_INSTRUCTIONS TO FOLLOW_: Nothing should be left out. Give all the data again exactly as written.

_RECORDS TO USE_:
↓↓↓
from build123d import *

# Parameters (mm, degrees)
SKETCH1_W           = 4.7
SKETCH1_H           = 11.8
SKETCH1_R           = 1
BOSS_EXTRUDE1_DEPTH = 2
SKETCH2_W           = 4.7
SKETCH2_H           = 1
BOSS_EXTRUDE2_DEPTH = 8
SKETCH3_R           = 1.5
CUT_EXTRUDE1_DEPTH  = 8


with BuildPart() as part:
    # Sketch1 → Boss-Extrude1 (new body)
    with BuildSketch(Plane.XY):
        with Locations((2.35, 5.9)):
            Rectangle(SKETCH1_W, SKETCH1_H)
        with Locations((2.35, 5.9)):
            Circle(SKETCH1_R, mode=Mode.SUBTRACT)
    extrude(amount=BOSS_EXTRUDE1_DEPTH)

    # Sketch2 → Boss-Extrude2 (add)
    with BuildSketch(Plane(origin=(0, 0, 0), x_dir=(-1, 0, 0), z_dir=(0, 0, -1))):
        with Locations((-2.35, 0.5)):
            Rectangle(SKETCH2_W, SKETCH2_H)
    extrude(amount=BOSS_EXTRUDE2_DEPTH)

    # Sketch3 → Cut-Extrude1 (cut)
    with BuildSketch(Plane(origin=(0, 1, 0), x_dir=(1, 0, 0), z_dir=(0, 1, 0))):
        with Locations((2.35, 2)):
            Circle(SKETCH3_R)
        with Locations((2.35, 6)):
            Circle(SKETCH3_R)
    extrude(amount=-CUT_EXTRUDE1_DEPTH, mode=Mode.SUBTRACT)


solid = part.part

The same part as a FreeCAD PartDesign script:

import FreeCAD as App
import Part
import Sketcher

V = App.Vector
Q = App.Units.Quantity

doc = App.newDocument("Part")
body = doc.addObject("PartDesign::Body", "Body")

sketch1 = body.newObject("Sketcher::SketchObject", "Sketch")
sketch1.AttachmentSupport = (doc.getObject("XY_Plane"), [""])
sketch1.MapMode = "FlatFace"
sketch1.addGeometry(Part.LineSegment(V(0, 11.8, 0), V(0, 0, 0)), False)
sketch1.addGeometry(Part.LineSegment(V(0, 0, 0), V(4.7, 0, 0)), False)
sketch1.addGeometry(Part.LineSegment(V(4.7, 0, 0), V(4.7, 11.8, 0)), False)
sketch1.addGeometry(Part.LineSegment(V(4.7, 11.8, 0), V(0, 11.8, 0)), False)
sketch1.addGeometry(Part.Circle(V(2.35, 5.9, 0), V(0, 0, 1), 1), False)
sketch1.addConstraint(Sketcher.Constraint("Coincident", 0, 2, 1, 1))
sketch1.addConstraint(Sketcher.Constraint("Coincident", 1, 2, 2, 1))
sketch1.addConstraint(Sketcher.Constraint("Coincident", 2, 2, 3, 1))
sketch1.addConstraint(Sketcher.Constraint("Coincident", 3, 2, 0, 1))
sketch1.addConstraint(Sketcher.Constraint("Vertical", 0))
sketch1.addConstraint(Sketcher.Constraint("Horizontal", 1))
sketch1.addConstraint(Sketcher.Constraint("Vertical", 2))
sketch1.addConstraint(Sketcher.Constraint("Horizontal", 3))
sketch1.addConstraint(Sketcher.Constraint("Coincident", 0, 2, -1, 1))
sketch1.addConstraint(Sketcher.Constraint("Diameter", 4, Q("2 mm")))
sketch1.addConstraint(Sketcher.Constraint("DistanceX", 1, 1, 1, 2, Q("4.7 mm")))
sketch1.addConstraint(Sketcher.Constraint("DistanceY", 0, 2, 0, 1, Q("11.8 mm")))
sketch1.addConstraint(Sketcher.Constraint("DistanceY", -1, 1, 4, 3, Q("5.9 mm")))
sketch1.addConstraint(Sketcher.Constraint("DistanceX", -1, 1, 4, 3, Q("2.35 mm")))
pad1 = body.newObject("PartDesign::Pad", "Pad")
pad1.Profile = sketch1
pad1.Length = 2

sketch2 = body.newObject("Sketcher::SketchObject", "Sketch001")
sketch2.AttachmentSupport = (doc.getObject("XY_Plane"), [""])
sketch2.MapMode = "FlatFace"
sketch2.addGeometry(Part.LineSegment(V(4.7, 1, 0), V(4.7, 0, 0)), False)
sketch2.addGeometry(Part.LineSegment(V(4.7, 0, 0), V(0, 0, 0)), False)
sketch2.addGeometry(Part.LineSegment(V(0, 0, 0), V(0, 1, 0)), False)
sketch2.addGeometry(Part.LineSegment(V(0, 1, 0), V(4.7, 1, 0)), False)
sketch2.addConstraint(Sketcher.Constraint("Coincident", 0, 2, 1, 1))
sketch2.addConstraint(Sketcher.Constraint("Coincident", 1, 2, 2, 1))
sketch2.addConstraint(Sketcher.Constraint("Coincident", 2, 2, 3, 1))
sketch2.addConstraint(Sketcher.Constraint("Coincident", 3, 2, 0, 1))
sketch2.addConstraint(Sketcher.Constraint("Vertical", 0))
sketch2.addConstraint(Sketcher.Constraint("Horizontal", 1))
sketch2.addConstraint(Sketcher.Constraint("Vertical", 2))
sketch2.addConstraint(Sketcher.Constraint("Horizontal", 3))
sketch2.addConstraint(Sketcher.Constraint("Coincident", 1, 2, -1, 1))
sketch2.addConstraint(Sketcher.Constraint("DistanceY", 0, 2, 0, 1, Q("1 mm")))
sketch2.addConstraint(Sketcher.Constraint("DistanceX", 1, 2, 1, 1, Q("4.7 mm")))
pad2 = body.newObject("PartDesign::Pad", "Pad001")
pad2.Profile = sketch2
pad2.Length = 8
pad2.Reversed = True

sketch3 = body.newObject("Sketcher::SketchObject", "Sketch002")
sketch3.AttachmentSupport = (doc.getObject("XZ_Plane"), [""])
sketch3.MapMode = "FlatFace"
sketch3.AttachmentOffset = App.Placement(V(0, 0, -1), App.Rotation())
sketch3.addGeometry(Part.Circle(V(2.35, -2, 0), V(0, 0, 1), 1.5), False)
sketch3.addGeometry(Part.Circle(V(2.35, -6, 0), V(0, 0, 1), 1.5), False)
sketch3.addConstraint(Sketcher.Constraint("Equal", 0, 1))
sketch3.addConstraint(Sketcher.Constraint("Vertical", 0, 3, 1, 3))
sketch3.addConstraint(Sketcher.Constraint("Diameter", 0, Q("3 mm")))
sketch3.addConstraint(Sketcher.Constraint("DistanceY", 0, 3, -1, 1, Q("2 mm")))
sketch3.addConstraint(Sketcher.Constraint("DistanceY", 1, 3, -1, 1, Q("6 mm")))
sketch3.addConstraint(Sketcher.Constraint("DistanceX", -1, 1, 0, 3, Q("2.35 mm")))
pocket1 = body.newObject("PartDesign::Pocket", "Pocket")
pocket1.Profile = sketch3
pocket1.Length = 8
pocket1.Reversed = True

doc.recompute()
↑↑↑
_EXERCISE ANSWER_:
from build123d import *

# Parameters (mm, degrees)
SKETCH1_W           = 4.7
SKETCH1_H           = 11.8
SKETCH1_R           = 1
BOSS_EXTRUDE1_DEPTH = 2
SKETCH2_W           = 4.7
SKETCH2_H           = 1
BOSS_EXTRUDE2_DEPTH = 8
SKETCH3_R           = 1.5
CUT_EXTRUDE1_DEPTH  = 8


with BuildPart() as part:
    # Sketch1 → Boss-Extrude1 (new body)
    with BuildSketch(Plane.XY):
        with Locations((2.35, 5.9)):
            Rectangle(SKETCH1_W, SKETCH1_H)
        with Locations((2.35, 5.9)):
            Circle(SKETCH1_R, mode=Mode.SUBTRACT)
    extrude(amount=BOSS_EXTRUDE1_DEPTH)

    # Sketch2 → Boss-Extrude2 (add)
    with BuildSketch(Plane(origin=(0, 0, 0), x_dir=(-1, 0, 0), z_dir=(0, 0, -1))):
        with Locations((-2.35, 0.5)):
            Rectangle(SKETCH2_W, SKETCH2_H)
    extrude(amount=BOSS_EXTRUDE2_DEPTH)

    # Sketch3 → Cut-Extrude1 (cut)
    with BuildSketch(Plane(origin=(0, 1, 0), x_dir=(1, 0, 0), z_dir=(0, 1, 0))):
        with Locations((2.35, 2)):
            Circle(SKETCH3_R)
        with Locations((2.35, 6)):
            Circle(SKETCH3_R)
    extrude(amount=-CUT_EXTRUDE1_DEPTH, mode=Mode.SUBTRACT)


solid = part.part

The same part as a FreeCAD PartDesign script:

import FreeCAD as App
import Part
import Sketcher

V = App.Vector
Q = App.Units.Quantity

doc = App.newDocument("Part")
body = doc.addObject("PartDesign::Body", "Body")

sketch1 = body.newObject("Sketcher::SketchObject", "Sketch")
sketch1.AttachmentSupport = (doc.getObject("XY_Plane"), [""])
sketch1.MapMode = "FlatFace"
sketch1.addGeometry(Part.LineSegment(V(0, 11.8, 0), V(0, 0, 0)), False)
sketch1.addGeometry(Part.LineSegment(V(0, 0, 0), V(4.7, 0, 0)), False)
sketch1.addGeometry(Part.LineSegment(V(4.7, 0, 0), V(4.7, 11.8, 0)), False)
sketch1.addGeometry(Part.LineSegment(V(4.7, 11.8, 0), V(0, 11.8, 0)), False)
sketch1.addGeometry(Part.Circle(V(2.35, 5.9, 0), V(0, 0, 1), 1), False)
sketch1.addConstraint(Sketcher.Constraint("Coincident", 0, 2, 1, 1))
sketch1.addConstraint(Sketcher.Constraint("Coincident", 1, 2, 2, 1))
sketch1.addConstraint(Sketcher.Constraint("Coincident", 2, 2, 3, 1))
sketch1.addConstraint(Sketcher.Constraint("Coincident", 3, 2, 0, 1))
sketch1.addConstraint(Sketcher.Constraint("Vertical", 0))
sketch1.addConstraint(Sketcher.Constraint("Horizontal", 1))
sketch1.addConstraint(Sketcher.Constraint("Vertical", 2))
sketch1.addConstraint(Sketcher.Constraint("Horizontal", 3))
sketch1.addConstraint(Sketcher.Constraint("Coincident", 0, 2, -1, 1))
sketch1.addConstraint(Sketcher.Constraint("Diameter", 4, Q("2 mm")))
sketch1.addConstraint(Sketcher.Constraint("DistanceX", 1, 1, 1, 2, Q("4.7 mm")))
sketch1.addConstraint(Sketcher.Constraint("DistanceY", 0, 2, 0, 1, Q("11.8 mm")))
sketch1.addConstraint(Sketcher.Constraint("DistanceY", -1, 1, 4, 3, Q("5.9 mm")))
sketch1.addConstraint(Sketcher.Constraint("DistanceX", -1, 1, 4, 3, Q("2.35 mm")))
pad1 = body.newObject("PartDesign::Pad", "Pad")
pad1.Profile = sketch1
pad1.Length = 2

sketch2 = body.newObject("Sketcher::SketchObject", "Sketch001")
sketch2.AttachmentSupport = (doc.getObject("XY_Plane"), [""])
sketch2.MapMode = "FlatFace"
sketch2.addGeometry(Part.LineSegment(V(4.7, 1, 0), V(4.7, 0, 0)), False)
sketch2.addGeometry(Part.LineSegment(V(4.7, 0, 0), V(0, 0, 0)), False)
sketch2.addGeometry(Part.LineSegment(V(0, 0, 0), V(0, 1, 0)), False)
sketch2.addGeometry(Part.LineSegment(V(0, 1, 0), V(4.7, 1, 0)), False)
sketch2.addConstraint(Sketcher.Constraint("Coincident", 0, 2, 1, 1))
sketch2.addConstraint(Sketcher.Constraint("Coincident", 1, 2, 2, 1))
sketch2.addConstraint(Sketcher.Constraint("Coincident", 2, 2, 3, 1))
sketch2.addConstraint(Sketcher.Constraint("Coincident", 3, 2, 0, 1))
sketch2.addConstraint(Sketcher.Constraint("Vertical", 0))
sketch2.addConstraint(Sketcher.Constraint("Horizontal", 1))
sketch2.addConstraint(Sketcher.Constraint("Vertical", 2))
sketch2.addConstraint(Sketcher.Constraint("Horizontal", 3))
sketch2.addConstraint(Sketcher.Constraint("Coincident", 1, 2, -1, 1))
sketch2.addConstraint(Sketcher.Constraint("DistanceY", 0, 2, 0, 1, Q("1 mm")))
sketch2.addConstraint(Sketcher.Constraint("DistanceX", 1, 2, 1, 1, Q("4.7 mm")))
pad2 = body.newObject("PartDesign::Pad", "Pad001")
pad2.Profile = sketch2
pad2.Length = 8
pad2.Reversed = True

sketch3 = body.newObject("Sketcher::SketchObject", "Sketch002")
sketch3.AttachmentSupport = (doc.getObject("XZ_Plane"), [""])
sketch3.MapMode = "FlatFace"
sketch3.AttachmentOffset = App.Placement(V(0, 0, -1), App.Rotation())
sketch3.addGeometry(Part.Circle(V(2.35, -2, 0), V(0, 0, 1), 1.5), False)
sketch3.addGeometry(Part.Circle(V(2.35, -6, 0), V(0, 0, 1), 1.5), False)
sketch3.addConstraint(Sketcher.Constraint("Equal", 0, 1))
sketch3.addConstraint(Sketcher.Constraint("Vertical", 0, 3, 1, 3))
sketch3.addConstraint(Sketcher.Constraint("Diameter", 0, Q("3 mm")))
sketch3.addConstraint(Sketcher.Constraint("DistanceY", 0, 3, -1, 1, Q("2 mm")))
sketch3.addConstraint(Sketcher.Constraint("DistanceY", 1, 3, -1, 1, Q("6 mm")))
sketch3.addConstraint(Sketcher.Constraint("DistanceX", -1, 1, 0, 3, Q("2.35 mm")))
pocket1 = body.newObject("PartDesign::Pocket", "Pocket")
pocket1.Profile = sketch3
pocket1.Length = 8
pocket1.Reversed = True

doc.recompute()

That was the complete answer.